Die IT-Beauftragte der Bundesregierung, Staatssekretärin Cornelia Rogall-Grothe, hat im Rahmen der CeBIT in Hannover die bisherigen Fortschritte der Green-IT-Initiative des Bundes vorgestellt. In ihrer Rede betonte sie das Ziel eines energieeffizienten Einsatzes von Informations- und Kommunikationstechnologie (IKT) in der Bundesverwaltung:

"Bis zum Jahr 2013 wollen wir den Energieverbrauch um 40% reduzieren. Dieses ehrgeizige Vorhaben wird uns zu einer grünen Modernisierung der Informations- und Kommunikationstechnologie in der Bundesverwaltung führen. Die klare Zielsetzung und die bereits erreichten Fortschritte zeigen, dass Green-IT in der Bundesverwaltung weit mehr ist als eine vorübergehende Modeerscheinung", so Rogall-Grothe.

Logo: Leuchtturmprojekt Green-IT.

Bereits Anfang 2009 hat das IT-Investitionsprogramm der Green-IT-Initiative des Bundes einen starken Impuls verliehen: Insgesamt fördert die Bundesregierung rund 70 verschiedene Maßnahmen mit einem Gesamtvolumen von rund 90 Mio. Euro. Von großer Bedeutung ist hierbei der Aufbau des Kompetenz- und Musterrechenzentrums Green-IT in der Bundestelle für Informationstechnik (BIT) im Bundesverwaltungsamt (BVA). Rogall-Grothe unterstrich, dass mit dem Aufbau eines Musterrechenzentrums beim Bund auf nachhaltige Innovationen gesetzt werde.

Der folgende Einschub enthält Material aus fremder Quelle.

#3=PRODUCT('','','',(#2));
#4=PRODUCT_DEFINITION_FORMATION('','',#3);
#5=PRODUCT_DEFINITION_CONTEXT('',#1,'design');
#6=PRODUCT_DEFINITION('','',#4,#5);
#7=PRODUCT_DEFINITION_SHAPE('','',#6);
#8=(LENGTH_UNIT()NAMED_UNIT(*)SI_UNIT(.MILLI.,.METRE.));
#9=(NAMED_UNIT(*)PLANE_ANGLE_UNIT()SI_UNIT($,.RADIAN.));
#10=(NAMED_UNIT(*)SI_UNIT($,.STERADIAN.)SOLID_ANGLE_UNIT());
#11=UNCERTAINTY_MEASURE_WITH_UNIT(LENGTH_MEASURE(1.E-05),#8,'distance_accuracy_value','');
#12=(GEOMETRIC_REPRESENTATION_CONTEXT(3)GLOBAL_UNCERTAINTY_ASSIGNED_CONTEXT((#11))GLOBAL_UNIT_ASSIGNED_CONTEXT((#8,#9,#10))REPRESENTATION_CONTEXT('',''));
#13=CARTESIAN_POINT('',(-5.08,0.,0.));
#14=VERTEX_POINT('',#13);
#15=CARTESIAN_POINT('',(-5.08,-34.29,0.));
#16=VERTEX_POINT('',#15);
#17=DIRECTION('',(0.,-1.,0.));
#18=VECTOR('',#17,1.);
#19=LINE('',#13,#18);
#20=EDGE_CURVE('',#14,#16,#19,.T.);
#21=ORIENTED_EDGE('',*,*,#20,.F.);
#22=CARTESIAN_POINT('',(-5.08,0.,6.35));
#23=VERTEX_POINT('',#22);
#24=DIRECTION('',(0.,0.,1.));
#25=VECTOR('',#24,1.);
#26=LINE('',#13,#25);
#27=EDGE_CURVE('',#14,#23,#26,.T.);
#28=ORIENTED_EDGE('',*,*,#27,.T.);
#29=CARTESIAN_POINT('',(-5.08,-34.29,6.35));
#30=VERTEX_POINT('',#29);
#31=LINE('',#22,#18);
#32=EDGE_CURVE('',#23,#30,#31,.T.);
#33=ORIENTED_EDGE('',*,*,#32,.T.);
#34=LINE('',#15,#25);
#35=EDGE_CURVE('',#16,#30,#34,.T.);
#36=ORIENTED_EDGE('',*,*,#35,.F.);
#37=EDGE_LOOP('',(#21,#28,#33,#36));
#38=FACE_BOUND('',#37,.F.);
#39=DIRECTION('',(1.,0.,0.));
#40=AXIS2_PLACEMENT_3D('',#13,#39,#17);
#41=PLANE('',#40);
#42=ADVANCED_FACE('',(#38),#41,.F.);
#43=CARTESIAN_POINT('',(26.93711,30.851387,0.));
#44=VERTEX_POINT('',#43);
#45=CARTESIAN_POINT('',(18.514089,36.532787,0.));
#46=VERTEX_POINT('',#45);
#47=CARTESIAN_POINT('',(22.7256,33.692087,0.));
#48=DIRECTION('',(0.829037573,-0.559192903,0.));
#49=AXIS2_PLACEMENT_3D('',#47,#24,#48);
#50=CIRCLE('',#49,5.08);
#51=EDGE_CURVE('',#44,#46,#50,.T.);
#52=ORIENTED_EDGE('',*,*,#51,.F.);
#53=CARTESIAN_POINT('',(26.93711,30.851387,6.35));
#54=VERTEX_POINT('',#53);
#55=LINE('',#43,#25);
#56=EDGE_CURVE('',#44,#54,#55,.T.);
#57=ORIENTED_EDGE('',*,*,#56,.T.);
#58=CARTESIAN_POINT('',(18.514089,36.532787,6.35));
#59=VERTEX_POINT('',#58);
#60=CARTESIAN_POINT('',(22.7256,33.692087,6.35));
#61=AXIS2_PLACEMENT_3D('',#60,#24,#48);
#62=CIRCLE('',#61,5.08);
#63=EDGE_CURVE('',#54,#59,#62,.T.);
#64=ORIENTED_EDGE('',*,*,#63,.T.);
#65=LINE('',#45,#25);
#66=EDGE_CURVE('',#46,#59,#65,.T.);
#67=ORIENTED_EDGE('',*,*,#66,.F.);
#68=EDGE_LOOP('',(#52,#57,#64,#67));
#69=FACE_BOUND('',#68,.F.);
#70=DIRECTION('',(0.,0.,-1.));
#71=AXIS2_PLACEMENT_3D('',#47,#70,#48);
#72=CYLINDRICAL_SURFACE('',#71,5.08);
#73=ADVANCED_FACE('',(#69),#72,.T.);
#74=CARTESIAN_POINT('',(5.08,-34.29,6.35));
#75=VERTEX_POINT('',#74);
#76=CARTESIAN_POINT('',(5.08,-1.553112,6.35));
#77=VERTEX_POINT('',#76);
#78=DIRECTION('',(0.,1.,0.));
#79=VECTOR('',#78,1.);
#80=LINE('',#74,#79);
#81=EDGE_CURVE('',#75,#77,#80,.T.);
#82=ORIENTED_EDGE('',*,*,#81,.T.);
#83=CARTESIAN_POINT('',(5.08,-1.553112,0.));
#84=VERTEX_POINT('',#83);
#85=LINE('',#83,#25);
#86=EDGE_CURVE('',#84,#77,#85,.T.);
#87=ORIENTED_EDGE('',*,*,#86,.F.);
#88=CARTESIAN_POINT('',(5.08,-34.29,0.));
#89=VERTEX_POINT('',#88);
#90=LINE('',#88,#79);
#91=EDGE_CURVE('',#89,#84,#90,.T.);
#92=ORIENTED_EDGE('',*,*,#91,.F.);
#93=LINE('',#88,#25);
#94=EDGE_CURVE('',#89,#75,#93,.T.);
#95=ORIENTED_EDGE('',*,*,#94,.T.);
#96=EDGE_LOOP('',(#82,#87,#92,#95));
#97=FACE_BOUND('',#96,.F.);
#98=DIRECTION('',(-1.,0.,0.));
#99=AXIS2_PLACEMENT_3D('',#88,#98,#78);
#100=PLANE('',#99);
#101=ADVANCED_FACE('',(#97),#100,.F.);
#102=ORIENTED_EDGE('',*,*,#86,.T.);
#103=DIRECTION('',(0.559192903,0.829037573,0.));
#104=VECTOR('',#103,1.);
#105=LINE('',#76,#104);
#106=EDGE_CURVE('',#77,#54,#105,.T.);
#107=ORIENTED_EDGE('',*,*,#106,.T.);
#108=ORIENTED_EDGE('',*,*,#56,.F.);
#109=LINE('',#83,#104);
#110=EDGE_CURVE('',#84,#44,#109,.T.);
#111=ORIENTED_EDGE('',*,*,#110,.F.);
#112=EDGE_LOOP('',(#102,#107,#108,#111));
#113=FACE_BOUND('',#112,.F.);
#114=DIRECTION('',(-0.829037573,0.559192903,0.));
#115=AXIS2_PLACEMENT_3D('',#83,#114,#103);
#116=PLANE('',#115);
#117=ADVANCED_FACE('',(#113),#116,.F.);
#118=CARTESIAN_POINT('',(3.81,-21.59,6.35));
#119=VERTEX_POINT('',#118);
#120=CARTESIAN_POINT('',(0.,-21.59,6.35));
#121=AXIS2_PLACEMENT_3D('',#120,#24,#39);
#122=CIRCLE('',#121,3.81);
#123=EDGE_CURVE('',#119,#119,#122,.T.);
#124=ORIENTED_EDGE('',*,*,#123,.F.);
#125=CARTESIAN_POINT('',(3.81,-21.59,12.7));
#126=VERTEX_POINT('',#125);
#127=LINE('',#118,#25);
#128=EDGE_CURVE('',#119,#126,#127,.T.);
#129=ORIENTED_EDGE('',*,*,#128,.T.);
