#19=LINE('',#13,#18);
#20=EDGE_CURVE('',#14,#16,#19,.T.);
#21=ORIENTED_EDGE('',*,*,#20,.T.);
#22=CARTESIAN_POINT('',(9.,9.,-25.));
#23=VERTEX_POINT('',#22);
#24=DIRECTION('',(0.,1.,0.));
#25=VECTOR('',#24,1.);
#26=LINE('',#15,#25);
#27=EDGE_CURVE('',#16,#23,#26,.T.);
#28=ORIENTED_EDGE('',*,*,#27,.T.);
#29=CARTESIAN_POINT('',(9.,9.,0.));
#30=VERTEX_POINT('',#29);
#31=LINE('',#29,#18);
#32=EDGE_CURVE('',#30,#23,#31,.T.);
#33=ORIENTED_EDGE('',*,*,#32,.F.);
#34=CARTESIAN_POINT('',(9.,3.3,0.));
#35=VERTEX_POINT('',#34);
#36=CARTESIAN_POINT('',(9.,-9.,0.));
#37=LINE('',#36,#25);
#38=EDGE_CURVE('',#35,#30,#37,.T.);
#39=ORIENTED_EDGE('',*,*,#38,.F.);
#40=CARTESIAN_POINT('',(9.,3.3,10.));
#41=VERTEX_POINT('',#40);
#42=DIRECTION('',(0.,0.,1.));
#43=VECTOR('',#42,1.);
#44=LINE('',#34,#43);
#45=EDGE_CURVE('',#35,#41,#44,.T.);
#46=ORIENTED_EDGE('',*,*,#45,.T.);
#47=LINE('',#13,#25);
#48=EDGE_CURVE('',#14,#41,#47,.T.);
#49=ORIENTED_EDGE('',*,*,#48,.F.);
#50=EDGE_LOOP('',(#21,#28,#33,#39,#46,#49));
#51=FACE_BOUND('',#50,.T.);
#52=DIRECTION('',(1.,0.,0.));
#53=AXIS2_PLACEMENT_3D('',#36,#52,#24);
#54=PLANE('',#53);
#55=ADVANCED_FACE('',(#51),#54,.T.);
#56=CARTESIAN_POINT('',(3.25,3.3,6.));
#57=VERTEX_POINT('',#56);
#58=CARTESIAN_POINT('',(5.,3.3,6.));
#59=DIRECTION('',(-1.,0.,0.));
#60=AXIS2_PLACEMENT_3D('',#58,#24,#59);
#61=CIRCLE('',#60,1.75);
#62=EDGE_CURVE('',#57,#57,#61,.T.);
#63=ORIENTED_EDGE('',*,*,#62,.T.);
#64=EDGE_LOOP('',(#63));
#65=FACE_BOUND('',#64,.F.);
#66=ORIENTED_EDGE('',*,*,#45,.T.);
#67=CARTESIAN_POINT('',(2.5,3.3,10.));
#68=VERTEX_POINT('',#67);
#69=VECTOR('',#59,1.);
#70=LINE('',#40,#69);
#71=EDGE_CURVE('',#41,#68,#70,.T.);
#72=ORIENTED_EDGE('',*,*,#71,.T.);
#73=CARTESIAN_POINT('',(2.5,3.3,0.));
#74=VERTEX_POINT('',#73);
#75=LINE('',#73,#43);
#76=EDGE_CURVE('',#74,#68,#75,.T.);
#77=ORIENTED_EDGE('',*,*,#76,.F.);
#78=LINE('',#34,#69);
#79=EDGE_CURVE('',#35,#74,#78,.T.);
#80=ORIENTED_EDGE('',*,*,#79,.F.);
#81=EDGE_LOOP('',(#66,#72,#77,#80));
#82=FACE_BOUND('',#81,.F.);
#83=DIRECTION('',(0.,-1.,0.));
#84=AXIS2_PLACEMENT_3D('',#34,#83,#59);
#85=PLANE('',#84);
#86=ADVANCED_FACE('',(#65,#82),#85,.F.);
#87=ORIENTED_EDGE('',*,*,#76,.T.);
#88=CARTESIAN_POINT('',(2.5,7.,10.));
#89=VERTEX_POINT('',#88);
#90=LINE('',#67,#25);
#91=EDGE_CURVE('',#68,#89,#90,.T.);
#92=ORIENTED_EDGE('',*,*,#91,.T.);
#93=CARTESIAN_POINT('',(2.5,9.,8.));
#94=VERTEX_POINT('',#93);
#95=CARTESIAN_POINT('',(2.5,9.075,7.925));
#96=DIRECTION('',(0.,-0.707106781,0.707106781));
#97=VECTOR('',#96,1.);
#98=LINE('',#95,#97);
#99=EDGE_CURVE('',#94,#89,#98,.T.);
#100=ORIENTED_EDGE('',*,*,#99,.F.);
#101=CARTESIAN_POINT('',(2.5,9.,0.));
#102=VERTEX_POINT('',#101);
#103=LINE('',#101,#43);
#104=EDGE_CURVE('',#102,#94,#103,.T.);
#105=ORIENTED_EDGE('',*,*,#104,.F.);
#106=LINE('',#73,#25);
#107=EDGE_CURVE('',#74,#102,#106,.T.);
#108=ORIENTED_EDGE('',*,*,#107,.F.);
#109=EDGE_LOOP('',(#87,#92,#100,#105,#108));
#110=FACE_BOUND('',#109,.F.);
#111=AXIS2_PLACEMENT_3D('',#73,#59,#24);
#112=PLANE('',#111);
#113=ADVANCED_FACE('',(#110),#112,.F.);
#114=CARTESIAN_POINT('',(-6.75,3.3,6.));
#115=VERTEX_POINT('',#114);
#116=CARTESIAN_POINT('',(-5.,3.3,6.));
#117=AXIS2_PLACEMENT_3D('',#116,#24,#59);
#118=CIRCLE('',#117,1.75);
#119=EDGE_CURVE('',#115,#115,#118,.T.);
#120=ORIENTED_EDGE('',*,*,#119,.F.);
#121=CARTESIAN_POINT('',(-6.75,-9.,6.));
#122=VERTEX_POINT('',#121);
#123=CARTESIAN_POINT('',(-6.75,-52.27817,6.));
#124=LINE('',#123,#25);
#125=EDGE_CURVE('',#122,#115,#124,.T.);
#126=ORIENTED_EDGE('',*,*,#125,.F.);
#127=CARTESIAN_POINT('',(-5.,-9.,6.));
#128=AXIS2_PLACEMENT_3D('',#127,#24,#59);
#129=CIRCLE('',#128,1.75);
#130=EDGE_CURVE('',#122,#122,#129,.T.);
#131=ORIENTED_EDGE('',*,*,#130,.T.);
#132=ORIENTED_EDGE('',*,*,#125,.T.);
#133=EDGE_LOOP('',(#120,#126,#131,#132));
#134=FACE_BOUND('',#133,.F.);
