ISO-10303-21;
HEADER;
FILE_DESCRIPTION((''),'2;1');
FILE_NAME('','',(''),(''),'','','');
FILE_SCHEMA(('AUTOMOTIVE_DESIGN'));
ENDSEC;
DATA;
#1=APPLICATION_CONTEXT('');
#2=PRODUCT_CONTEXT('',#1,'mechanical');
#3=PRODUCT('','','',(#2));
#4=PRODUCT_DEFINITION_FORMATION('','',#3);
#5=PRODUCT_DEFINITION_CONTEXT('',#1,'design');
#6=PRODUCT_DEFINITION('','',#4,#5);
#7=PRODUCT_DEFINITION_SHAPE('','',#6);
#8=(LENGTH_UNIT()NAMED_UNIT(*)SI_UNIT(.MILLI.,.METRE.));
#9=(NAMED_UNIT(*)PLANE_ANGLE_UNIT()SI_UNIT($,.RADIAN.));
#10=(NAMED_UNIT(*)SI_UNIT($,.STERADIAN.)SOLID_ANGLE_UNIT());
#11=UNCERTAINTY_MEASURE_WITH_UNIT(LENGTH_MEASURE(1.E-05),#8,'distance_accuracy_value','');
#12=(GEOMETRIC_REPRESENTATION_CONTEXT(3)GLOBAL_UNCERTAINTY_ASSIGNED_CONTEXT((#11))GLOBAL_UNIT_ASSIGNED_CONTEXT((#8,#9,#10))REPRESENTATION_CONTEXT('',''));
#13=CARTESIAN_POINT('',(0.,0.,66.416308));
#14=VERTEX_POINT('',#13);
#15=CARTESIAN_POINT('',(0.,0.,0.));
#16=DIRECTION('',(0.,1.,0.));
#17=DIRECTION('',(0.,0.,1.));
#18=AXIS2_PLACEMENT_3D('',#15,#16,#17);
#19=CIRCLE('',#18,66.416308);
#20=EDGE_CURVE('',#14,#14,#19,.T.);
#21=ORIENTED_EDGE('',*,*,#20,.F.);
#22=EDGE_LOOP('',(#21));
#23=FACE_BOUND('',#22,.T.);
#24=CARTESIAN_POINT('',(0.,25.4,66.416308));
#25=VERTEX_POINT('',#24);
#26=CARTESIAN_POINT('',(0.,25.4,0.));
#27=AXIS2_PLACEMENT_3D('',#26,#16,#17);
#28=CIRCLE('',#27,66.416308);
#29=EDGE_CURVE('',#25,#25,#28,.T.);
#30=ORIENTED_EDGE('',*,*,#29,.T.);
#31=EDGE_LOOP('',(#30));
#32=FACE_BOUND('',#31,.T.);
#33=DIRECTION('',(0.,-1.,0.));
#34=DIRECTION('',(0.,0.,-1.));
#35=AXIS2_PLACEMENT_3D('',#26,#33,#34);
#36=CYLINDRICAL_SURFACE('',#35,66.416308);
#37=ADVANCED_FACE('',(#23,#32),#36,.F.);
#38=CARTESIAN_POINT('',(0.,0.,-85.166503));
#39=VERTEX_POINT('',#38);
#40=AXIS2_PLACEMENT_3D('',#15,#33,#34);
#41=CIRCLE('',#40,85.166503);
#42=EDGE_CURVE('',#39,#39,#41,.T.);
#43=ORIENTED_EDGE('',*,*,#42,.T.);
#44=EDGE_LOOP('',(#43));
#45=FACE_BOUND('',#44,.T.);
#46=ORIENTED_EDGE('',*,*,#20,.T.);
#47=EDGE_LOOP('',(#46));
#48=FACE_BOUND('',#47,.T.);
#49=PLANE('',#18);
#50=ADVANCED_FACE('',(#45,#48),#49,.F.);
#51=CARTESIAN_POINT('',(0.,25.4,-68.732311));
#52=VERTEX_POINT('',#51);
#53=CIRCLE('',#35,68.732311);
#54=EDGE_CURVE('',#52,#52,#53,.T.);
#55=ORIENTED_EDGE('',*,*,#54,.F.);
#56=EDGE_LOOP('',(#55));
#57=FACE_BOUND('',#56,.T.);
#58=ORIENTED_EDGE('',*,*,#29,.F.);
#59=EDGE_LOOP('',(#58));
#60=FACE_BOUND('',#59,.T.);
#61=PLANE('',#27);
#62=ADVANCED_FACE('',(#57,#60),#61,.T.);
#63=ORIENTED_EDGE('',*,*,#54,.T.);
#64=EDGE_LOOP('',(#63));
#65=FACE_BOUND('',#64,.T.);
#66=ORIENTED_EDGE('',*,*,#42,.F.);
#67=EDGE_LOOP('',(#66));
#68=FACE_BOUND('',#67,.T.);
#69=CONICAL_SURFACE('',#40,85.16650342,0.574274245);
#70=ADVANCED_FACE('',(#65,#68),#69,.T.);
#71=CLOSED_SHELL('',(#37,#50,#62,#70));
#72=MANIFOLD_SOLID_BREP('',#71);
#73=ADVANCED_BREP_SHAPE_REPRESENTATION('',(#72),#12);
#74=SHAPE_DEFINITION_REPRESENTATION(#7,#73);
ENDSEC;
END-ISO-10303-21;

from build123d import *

# Parameters (mm, degrees)
SKETCH2_R           = 85.16650342
SKETCH2_R_2         = 66.416308437
BOSS_EXTRUDE1_DEPTH = 25.4


with BuildPart() as part:
    # Sketch2 → Boss-Extrude1 (new body)
    with BuildSketch(Plane(origin=(0, 0, 0), x_dir=(1, 0, 0), z_dir=(0, 1, 0))):
        with Locations(Location((0, 0, 0), (0, 0, 270))):
            Circle(SKETCH2_R)
        with Locations(Location((0, 0, 0), (0, 0, 270))):
            Circle(SKETCH2_R_2, mode=Mode.SUBTRACT)
    extrude(amount=BOSS_EXTRUDE1_DEPTH)

    # Sketch5 → Cut-Revolve2 (revolve, cut)
    with BuildSketch(Plane(origin=(0, 0, 0), x_dir=(0, 0, -1), z_dir=(1, 0, 0)), mode=Mode.PRIVATE) as cut_revolve2_sk:
        Polygon((-85.16650342, 0), (-68.732311403, 25.4), (-85.16650342, 25.4), align=None)
    revolve(cut_revolve2_sk.sketch.rotate(Axis((0, 0, 0), (0, 1, 0)), 180), axis=Axis((0, 0, 0), (0, 1, 0)), mode=Mode.SUBTRACT)


solid = part.part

Die IT-Beauftragte der Bundesregierung ist Schirmherrin des ersten Green-IT-Tages der Bundesverwaltung am 13. April 2010 in Berlin. Der Green-IT-Tag richtet sich an Verantwortliche für IKT und Green-IT-Interessierte in den Bundesbehörden. In Schwerpunktvorträgen, Podiumsdiskussionen und Workshops zeigen Experten der Bundesverwaltung auf, welche Potentiale bestehen und was bei der Umsetzung zu beachten ist.